Alternatively, Defendant asks the Court to certify the case to the Fourth Circuit for interlocutory review. The United States Code gives district courts discretion to certify an interlocutory order for appeal where three criteria are present: (1) the order involves a controlling question of law; (2) substantial ground for difference of opinion exists regarding the question; and (3) allowing interlocutory appeal would materially advance the termination of the litigation. See 28 U.S.C. § 1292(b); see also Coopers & Lybrand v. Livesay, 437 U.S. 463, 474 (1978). “A party seeking review of a nonfinal order must first obtain the consent of the trial judge.” Coopers, 437 U.S. at 474. The party moving for certification of an interlocutory order pursuant to § 1292(b) bears the burden of proving that the prospective appeal satisfies each of the statutory prerequisites for certification. See Id . at 474–75. Generally, “exceptional circumstances” must exist to “justify a departure from the basic policy of postponing appellate review until after the entry of a final judgment.” Id. at 475 (citation and internal quotation marks omitted). Likewise, the Fourth Circuit has stated that “§1292(b) should be used sparingly and . . . its requirements must be strictly construed.” Myles v. Laffitte, 881 F.2d 125, 127 (4th Cir. 1989) (citation omitted).
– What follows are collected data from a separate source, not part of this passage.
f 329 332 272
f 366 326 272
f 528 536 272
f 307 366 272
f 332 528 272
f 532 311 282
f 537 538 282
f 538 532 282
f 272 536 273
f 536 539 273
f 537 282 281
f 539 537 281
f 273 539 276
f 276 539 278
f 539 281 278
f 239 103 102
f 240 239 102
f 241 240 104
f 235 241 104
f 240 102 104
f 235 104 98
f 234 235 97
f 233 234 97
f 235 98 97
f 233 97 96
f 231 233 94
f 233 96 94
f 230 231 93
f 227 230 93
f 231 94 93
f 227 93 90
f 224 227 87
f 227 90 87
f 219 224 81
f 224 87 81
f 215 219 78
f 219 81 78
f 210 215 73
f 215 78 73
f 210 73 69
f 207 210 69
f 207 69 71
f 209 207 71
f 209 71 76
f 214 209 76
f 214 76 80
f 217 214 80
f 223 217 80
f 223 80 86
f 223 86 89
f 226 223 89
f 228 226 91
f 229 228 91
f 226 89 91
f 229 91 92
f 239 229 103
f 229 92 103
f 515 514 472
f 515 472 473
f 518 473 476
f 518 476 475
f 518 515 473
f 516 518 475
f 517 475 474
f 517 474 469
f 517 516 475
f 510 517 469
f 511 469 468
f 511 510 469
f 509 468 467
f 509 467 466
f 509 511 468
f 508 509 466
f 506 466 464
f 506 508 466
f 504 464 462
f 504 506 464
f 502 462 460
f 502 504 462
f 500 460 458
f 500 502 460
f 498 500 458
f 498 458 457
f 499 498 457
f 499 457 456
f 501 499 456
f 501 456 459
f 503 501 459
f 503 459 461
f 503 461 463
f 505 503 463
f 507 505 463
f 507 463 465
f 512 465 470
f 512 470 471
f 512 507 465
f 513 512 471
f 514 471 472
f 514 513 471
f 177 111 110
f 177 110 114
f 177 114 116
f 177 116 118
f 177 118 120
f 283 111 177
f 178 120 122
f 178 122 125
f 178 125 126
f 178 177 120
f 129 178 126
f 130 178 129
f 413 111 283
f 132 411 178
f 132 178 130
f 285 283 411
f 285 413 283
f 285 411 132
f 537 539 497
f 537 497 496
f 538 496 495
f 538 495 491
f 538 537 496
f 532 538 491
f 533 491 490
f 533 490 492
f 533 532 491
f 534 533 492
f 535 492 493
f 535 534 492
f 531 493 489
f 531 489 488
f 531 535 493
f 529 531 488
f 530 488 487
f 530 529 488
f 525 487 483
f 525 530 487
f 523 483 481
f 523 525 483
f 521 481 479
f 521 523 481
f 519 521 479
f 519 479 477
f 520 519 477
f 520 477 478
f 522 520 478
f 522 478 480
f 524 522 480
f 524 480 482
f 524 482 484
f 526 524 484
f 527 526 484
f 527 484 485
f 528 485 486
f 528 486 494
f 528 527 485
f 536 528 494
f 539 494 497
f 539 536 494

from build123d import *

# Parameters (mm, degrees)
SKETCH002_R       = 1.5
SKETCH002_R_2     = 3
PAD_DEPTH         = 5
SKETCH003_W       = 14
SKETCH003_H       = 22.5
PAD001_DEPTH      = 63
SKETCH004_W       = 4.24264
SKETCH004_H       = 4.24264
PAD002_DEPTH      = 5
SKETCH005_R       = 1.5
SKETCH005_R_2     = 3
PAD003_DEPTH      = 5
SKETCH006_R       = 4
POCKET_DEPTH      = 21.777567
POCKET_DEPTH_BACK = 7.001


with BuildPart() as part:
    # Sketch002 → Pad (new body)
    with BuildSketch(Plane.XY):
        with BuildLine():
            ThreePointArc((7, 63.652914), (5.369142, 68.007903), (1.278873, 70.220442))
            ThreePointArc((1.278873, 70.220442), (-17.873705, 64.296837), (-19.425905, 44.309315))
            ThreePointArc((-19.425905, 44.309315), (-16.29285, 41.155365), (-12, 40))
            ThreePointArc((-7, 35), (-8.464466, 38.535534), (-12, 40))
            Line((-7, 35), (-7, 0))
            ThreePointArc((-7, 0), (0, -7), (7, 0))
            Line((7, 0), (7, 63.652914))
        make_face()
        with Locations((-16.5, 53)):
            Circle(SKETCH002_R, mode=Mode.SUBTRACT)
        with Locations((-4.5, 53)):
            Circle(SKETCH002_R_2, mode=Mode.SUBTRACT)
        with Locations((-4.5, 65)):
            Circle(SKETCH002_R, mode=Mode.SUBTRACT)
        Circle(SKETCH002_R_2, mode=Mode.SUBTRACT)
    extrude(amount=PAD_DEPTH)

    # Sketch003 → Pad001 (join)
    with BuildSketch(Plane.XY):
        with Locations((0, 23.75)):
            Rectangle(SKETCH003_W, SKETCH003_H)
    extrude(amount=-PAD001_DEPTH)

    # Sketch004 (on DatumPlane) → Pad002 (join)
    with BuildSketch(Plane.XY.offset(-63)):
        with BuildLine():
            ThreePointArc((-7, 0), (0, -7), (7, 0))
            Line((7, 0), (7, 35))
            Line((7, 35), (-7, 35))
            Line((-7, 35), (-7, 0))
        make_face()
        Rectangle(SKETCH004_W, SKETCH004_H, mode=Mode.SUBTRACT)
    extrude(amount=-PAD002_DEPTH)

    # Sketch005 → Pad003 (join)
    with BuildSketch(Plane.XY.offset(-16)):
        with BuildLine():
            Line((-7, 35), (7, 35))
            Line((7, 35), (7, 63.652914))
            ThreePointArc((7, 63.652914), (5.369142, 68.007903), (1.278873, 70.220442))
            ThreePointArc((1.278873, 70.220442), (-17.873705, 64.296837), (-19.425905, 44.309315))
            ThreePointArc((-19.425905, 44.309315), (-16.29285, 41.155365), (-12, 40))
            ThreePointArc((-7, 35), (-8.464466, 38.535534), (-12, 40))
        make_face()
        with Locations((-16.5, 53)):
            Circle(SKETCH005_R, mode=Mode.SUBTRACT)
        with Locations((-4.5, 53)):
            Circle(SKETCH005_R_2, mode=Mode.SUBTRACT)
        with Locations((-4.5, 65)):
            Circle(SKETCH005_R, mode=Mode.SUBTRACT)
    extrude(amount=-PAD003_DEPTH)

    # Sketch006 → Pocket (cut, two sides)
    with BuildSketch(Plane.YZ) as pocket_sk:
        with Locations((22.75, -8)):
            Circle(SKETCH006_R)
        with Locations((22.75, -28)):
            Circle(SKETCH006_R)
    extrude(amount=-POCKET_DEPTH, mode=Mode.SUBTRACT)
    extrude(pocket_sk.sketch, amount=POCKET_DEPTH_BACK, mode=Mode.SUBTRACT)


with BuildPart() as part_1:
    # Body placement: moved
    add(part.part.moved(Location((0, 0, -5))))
The Court will assume, without deciding, that this case involves a controlling question of law concerning which substantial ground for difference of opinion exists. However, Defendant has not carried the burden of showing that interlocutory appeal would materially advance the termination of the litigation. Plaintiff filed this case over two years ago. After receiving extra time to answer or otherwise respond, Defendant moved to dismiss. Sometime after denying Defendant’s Motion to Dismiss, the Court stayed the case pending the Genesis decision. On April 17, 2013, the day after the Supreme Court decided Genesis, Plaintiff filed a status report relating that Genesis was not dispositive of the issues in this case. On May 30, 2013, noting no opposition to Plaintiff’s status report, the Court reopened the case. Then, on June 10, 2013, Defendant filed its Renewed Motion to Dismiss. Although the Court deemed it advisable to rule on this Motion, Defendant did not adequately explain why it failed to challenge Plaintiff’s notice that Genesis was not dispositive of the issues in this case in a timelier fashion. Therefore, the Court finds that staying the case again would prejudice Plaintiff. Moreover, because there is ample authority supporting Plaintiff’s position regarding the mootness issue, there is not a substantial likelihood that the Fourth Circuit will rule in Defendant’s favor. Conceivably, then, the case could be delayed on appeal for months, if not a year or more, only to wind up back where it was when the Court originally denied Defendant’s Motion to Dismiss. Cf. Boyd v. Coventry Health Care Inc., 828 F.Supp.2d 809, 821 (D. Md. 2011) (“Permitting interlocutory appeal of this issue would inject even more delay into a case that has lingered on the Court’s docket for over two years.”). Therefore, Defendant has not shown that interlocutory appeal would materially advance the termination of the litigation.

IV. CONCLUSION

For the foregoing reasons, the Court DENIES Defendant’s Motion to Dismiss. A separate Order follows. The Court will issue a Scheduling Order.